# New Baby



## Stephanie (Mar 25, 2007)

So i went to the pet store today to pick up some food for ym boys and there he was! the most adorable little black berkshire boy i have ever seen! He is only about 6 weeks old and sooo tiny and he was so sweet i had to bring him home he is still very camera shy so i can't post any pics but as soon as he warms up i will post them imediatly but in the mean time this boy needs a name i have narrowed it down and please cast your vote!


----------



## Dimitrius (Mar 19, 2007)

I'm very partial to 2 syllable pet names.
I voted Bailey.


----------



## JennieLove (Jan 2, 2007)

I think calling a rat Noodle would be so funny!
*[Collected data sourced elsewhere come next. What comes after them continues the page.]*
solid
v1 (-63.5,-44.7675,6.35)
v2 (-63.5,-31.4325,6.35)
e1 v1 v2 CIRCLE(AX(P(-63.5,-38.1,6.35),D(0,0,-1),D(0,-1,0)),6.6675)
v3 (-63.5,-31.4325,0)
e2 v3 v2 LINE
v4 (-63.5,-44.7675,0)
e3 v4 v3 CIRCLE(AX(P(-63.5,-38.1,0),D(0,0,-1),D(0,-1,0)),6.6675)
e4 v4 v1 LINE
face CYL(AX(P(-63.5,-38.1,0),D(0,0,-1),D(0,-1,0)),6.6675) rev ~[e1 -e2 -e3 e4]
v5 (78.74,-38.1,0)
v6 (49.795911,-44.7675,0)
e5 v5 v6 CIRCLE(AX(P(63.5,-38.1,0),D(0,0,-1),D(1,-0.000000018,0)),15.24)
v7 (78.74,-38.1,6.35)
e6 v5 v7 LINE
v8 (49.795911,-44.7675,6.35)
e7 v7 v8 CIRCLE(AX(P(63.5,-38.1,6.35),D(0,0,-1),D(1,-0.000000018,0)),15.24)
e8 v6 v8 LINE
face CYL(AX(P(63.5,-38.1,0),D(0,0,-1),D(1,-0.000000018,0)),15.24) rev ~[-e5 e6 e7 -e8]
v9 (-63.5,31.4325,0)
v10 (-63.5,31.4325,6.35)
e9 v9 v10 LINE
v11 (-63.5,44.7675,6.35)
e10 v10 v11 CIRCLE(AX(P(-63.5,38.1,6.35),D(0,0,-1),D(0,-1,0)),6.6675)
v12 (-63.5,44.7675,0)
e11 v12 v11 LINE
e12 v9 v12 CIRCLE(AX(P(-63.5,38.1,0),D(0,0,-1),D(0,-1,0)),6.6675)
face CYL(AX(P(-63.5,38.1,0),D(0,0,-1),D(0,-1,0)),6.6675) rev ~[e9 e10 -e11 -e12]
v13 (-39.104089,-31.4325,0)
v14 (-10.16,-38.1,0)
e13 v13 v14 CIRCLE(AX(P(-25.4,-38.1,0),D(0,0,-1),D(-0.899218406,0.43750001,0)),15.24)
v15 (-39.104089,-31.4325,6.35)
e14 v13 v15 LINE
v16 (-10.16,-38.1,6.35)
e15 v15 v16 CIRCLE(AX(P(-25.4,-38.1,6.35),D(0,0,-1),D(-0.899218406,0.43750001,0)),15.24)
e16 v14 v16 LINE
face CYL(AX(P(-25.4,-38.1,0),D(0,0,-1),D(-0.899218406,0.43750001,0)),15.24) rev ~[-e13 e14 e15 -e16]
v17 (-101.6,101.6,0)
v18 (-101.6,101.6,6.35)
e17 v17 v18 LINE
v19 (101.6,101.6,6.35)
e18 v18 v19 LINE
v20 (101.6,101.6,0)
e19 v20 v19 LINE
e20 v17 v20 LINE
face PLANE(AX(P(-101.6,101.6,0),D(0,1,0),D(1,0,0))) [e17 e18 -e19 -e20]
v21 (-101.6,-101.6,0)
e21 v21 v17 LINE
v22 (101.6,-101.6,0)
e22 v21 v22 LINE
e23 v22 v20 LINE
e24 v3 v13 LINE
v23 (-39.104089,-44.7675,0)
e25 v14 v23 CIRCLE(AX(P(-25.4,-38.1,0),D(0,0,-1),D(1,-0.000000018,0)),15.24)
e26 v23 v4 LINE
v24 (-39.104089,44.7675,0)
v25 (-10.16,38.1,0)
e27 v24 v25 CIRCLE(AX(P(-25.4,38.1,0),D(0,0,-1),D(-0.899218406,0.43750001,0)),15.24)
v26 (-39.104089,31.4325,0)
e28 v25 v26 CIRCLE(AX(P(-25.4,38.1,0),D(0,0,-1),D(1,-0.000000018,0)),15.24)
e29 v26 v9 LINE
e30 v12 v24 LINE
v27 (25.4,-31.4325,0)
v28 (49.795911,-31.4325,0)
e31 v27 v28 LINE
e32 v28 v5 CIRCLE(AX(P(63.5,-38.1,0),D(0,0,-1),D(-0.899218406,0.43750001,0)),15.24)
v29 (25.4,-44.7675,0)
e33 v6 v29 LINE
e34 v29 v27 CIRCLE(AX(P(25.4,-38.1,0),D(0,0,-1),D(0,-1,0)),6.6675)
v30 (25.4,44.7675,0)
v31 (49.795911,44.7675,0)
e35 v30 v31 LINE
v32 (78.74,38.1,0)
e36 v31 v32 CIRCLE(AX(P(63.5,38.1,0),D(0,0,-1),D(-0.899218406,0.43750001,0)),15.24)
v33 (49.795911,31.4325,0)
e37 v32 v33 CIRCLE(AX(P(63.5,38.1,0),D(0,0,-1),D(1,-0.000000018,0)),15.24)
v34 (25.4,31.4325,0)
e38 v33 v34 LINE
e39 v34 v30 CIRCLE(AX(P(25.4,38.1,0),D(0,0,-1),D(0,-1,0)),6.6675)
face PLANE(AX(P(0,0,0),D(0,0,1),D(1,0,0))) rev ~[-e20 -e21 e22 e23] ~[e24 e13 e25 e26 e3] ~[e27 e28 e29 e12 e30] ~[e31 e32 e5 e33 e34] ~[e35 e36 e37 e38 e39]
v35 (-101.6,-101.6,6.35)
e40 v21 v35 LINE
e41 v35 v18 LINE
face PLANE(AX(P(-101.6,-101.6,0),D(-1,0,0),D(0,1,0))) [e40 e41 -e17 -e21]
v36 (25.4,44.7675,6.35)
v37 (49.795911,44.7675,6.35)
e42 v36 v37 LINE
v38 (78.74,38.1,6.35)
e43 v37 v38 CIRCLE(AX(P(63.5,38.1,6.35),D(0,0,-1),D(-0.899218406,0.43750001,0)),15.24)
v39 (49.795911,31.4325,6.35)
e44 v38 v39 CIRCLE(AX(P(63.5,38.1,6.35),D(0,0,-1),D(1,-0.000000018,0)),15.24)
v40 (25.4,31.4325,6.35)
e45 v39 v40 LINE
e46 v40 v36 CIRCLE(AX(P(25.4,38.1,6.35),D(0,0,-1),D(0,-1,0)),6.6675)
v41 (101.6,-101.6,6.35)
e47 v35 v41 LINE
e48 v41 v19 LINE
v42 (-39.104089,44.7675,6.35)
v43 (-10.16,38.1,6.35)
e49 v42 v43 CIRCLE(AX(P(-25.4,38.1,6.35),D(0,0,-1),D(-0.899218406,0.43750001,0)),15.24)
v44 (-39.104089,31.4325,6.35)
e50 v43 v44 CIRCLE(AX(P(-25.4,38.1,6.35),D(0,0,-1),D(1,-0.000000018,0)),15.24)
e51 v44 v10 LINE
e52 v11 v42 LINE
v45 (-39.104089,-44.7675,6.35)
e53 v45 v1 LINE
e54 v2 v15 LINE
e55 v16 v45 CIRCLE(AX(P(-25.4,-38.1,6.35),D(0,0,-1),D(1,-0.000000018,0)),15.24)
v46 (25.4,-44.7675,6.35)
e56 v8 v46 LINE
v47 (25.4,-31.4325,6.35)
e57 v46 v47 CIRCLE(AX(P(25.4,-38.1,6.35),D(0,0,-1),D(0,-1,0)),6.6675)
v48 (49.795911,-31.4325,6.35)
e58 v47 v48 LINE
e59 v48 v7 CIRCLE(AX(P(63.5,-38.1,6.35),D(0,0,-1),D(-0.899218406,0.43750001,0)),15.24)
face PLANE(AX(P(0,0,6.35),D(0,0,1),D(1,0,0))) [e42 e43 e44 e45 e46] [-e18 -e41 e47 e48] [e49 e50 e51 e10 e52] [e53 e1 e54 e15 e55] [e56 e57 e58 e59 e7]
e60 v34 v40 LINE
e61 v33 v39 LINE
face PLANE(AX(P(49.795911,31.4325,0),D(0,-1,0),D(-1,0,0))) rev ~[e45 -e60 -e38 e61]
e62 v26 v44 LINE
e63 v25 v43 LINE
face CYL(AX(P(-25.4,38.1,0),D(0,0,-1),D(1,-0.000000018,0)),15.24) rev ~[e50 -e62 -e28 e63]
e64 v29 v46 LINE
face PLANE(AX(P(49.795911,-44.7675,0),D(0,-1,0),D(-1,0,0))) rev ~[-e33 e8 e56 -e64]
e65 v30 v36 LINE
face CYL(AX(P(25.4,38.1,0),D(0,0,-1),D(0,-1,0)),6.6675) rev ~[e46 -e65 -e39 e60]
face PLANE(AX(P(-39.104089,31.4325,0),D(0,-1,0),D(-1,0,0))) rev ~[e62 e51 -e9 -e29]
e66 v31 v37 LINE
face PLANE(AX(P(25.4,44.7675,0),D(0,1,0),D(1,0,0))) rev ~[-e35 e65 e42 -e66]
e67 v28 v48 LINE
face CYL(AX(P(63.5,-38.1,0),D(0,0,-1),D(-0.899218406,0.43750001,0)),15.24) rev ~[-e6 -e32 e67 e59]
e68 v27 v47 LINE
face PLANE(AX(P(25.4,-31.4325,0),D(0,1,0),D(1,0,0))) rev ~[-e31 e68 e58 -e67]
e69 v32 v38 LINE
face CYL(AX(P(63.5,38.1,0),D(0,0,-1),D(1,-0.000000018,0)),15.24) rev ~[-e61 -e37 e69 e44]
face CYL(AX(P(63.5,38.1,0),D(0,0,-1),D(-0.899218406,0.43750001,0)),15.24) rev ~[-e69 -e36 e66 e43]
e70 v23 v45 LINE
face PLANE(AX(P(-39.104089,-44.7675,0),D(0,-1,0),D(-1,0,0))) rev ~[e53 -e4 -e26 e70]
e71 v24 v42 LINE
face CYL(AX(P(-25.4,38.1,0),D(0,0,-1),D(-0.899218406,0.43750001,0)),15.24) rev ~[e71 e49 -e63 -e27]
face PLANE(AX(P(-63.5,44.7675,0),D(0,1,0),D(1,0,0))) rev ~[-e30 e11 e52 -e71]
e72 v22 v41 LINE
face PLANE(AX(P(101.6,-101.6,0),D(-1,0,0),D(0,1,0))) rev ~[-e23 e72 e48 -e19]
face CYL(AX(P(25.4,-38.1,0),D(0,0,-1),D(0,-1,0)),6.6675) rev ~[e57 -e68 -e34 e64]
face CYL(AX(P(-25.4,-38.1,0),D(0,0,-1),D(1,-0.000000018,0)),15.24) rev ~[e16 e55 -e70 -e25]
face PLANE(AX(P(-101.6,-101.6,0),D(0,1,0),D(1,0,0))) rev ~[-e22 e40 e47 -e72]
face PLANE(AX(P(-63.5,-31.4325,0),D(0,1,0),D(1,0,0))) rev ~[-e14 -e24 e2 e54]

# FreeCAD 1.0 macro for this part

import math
import FreeCAD as App
import Part
import Sketcher
Q = App.Units.Quantity


def add_polygon(sketch, points):
    """Adds a closed chain of lines whose ends are joined by coincident constraints."""
    first, n = sketch.GeometryCount, len(points)
    for a, b in zip(points, points[1:] + points[:1]):
        sketch.addGeometry(Part.LineSegment(App.Vector(*a, 0), App.Vector(*b, 0)), False)
    for i in range(n):
        sketch.addConstraint(Sketcher.Constraint("Coincident", first + i, 2, first + (i + 1) % n, 1))

doc = App.newDocument("Part")
body = doc.addObject("PartDesign::Body", "Body")

# Sketch on XY plane
sketch1 = doc.addObject("Sketcher::SketchObject", "Sketch")
body.addObject(sketch1)
sketch1.AttachmentSupport = (doc.XY_Plane, [""])
sketch1.MapMode = "FlatFace"
add_polygon(sketch1, [(-102, 102), (-102, -102), (102, -102), (102, 102)])  # lines 0-3
sketch1.addGeometry(Part.ArcOfCircle(Part.Circle(App.Vector(-25, -38, 0), App.Vector(0, 0, 1), 15), math.radians(-154), math.radians(0)), False)  # 4
sketch1.addGeometry(Part.LineSegment(App.Vector(-39, -45, 0), App.Vector(-64, -45, 0)), False)  # 5
sketch1.addGeometry(Part.ArcOfCircle(Part.Circle(App.Vector(-64, -38, 0), App.Vector(0, 0, 1), 7), math.radians(90), math.radians(270)), False)  # 6
sketch1.addGeometry(Part.LineSegment(App.Vector(-64, -31, 0), App.Vector(-39, -31, 0)), False)  # 7
sketch1.addGeometry(Part.ArcOfCircle(Part.Circle(App.Vector(-25, -38, 0), App.Vector(0, 0, 1), 15), math.radians(0), math.radians(154)), False)  # 8
sketch1.addGeometry(Part.LineSegment(App.Vector(50, -45, 0), App.Vector(25, -45, 0)), False)  # 9
sketch1.addGeometry(Part.ArcOfCircle(Part.Circle(App.Vector(25, -38, 0), App.Vector(0, 0, 1), 7), math.radians(90), math.radians(270)), False)  # 10
sketch1.addGeometry(Part.LineSegment(App.Vector(25, -31, 0), App.Vector(50, -31, 0)), False)  # 11
sketch1.addGeometry(Part.ArcOfCircle(Part.Circle(App.Vector(63, -38, 0), App.Vector(0, 0, 1), 15), math.radians(0), math.radians(154)), False)  # 12
sketch1.addGeometry(Part.ArcOfCircle(Part.Circle(App.Vector(63, -38, 0), App.Vector(0, 0, 1), 15), math.radians(-154), math.radians(0)), False)  # 13
sketch1.addGeometry(Part.LineSegment(App.Vector(-64, 45, 0), App.Vector(-39, 45, 0)), False)  # 14
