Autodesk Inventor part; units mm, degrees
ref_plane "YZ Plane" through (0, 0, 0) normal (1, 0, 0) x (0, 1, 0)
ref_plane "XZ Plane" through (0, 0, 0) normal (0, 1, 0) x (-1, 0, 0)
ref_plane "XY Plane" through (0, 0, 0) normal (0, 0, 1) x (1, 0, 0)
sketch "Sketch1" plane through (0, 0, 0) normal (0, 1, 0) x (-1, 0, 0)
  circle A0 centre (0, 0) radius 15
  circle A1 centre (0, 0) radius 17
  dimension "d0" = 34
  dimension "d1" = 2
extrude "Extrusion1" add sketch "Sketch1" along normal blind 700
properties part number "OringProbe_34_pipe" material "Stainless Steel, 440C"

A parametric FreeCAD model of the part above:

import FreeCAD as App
import Part
import Sketcher

V = App.Vector
Q = App.Units.Quantity

doc = App.newDocument("Part")
params = doc.addObject("Spreadsheet::Sheet", "Params")
for row, (alias, value) in enumerate([
    ("sketch1_diameter", "34 mm"),
    ("sketch1_diameter2", "30 mm"),
    ("pad1_length", "700 mm"),
], start=1):
    params.set(f"A{row}", alias)
    params.set(f"B{row}", "=" + value)
    params.setAlias(f"B{row}", alias)

body = doc.addObject("PartDesign::Body", "Body")

# Sketch on XZ plane
sketch1 = body.newObject("Sketcher::SketchObject", "Sketch")
sketch1.AttachmentSupport = (doc.getObject("XZ_Plane"), [""])
sketch1.MapMode = "FlatFace"
sketch1.addGeometry(Part.Circle(V(0, 0, 0), V(0, 0, 1), 17), False)
sketch1.addGeometry(Part.Circle(V(0, 0, 0), V(0, 0, 1), 15), False)
sketch1.addConstraint(Sketcher.Constraint("Coincident", 0, 3, -1, 1))
sketch1.addConstraint(Sketcher.Constraint("Coincident", 1, 3, -1, 1))
sketch1.addConstraint(Sketcher.Constraint("Diameter", 0, Q("34 mm")))
sketch1.addConstraint(Sketcher.Constraint("Diameter", 1, Q("30 mm")))
sketch1.setExpression("Constraints[2]", "Params.sketch1_diameter")
sketch1.setExpression("Constraints[3]", "Params.sketch1_diameter2")
pad1 = body.newObject("PartDesign::Pad", "Pad")
pad1.Profile = sketch1
pad1.setExpression("Length", "Params.pad1_length")
pad1.Reversed = True

doc.recompute()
LMAO


----------



## Stephanie (Mar 25, 2007)

I have such weird names for my rats LoL he looks just like my first rat tweakers LoL he is sitting on my shoulder right now clicking away he is sooo happy he was going to be food and he was the only male they had (would have gotten a girl but that would have driven my other six nuts)


----------



## JennieLove (Jan 2, 2007)

Haha, Tweakers!  I had a Beavis and Butthead and now I have a Jay and Silent Bob.


----------



## Stephanie (Mar 25, 2007)

I have had tweakers, sam, jackson, butters, scooter, meester sneefles, gir, riff raff, pugsley, fizzgig, little man, steve, frick, frack, and now i think this new one is going to be sebastian


----------



## radical (Jan 15, 2007)

sebastian is a good name 

congrats on finding the new baby!


----------



## Stephanie (Mar 25, 2007)

i just couldn't leave him there in a itty bitty aquarium on pine bedding he has already given me good cleanings and i have had lots of bruxing and boggling


----------



## Nazarath (Feb 20, 2007)

I like Sabastian , i like how it's not a very everyday name , all of them seem to not be everyday but Sabastian stood out to me.


----------



## Stephanie (Mar 25, 2007)

My hubby came up with Sebastian LoL and it just suited him sooo well i will have to get a picture up soon he is sooo tiny LoL


----------



## Stephanie (Mar 25, 2007)

So i just got a picture of him i need to get some professional ones done of all my rats but this will work for now LoL


----------



## Stephanie (Mar 25, 2007)

So i just got a picture of him i need to get some professional ones done of all my rats but this will work for now LoL


----------



## Stephanie (Mar 25, 2007)

ack it posted twice sorry about that LoL


----------



## DonnaK (Feb 8, 2007)

Sooooo cute!


----------



## Night (Feb 23, 2007)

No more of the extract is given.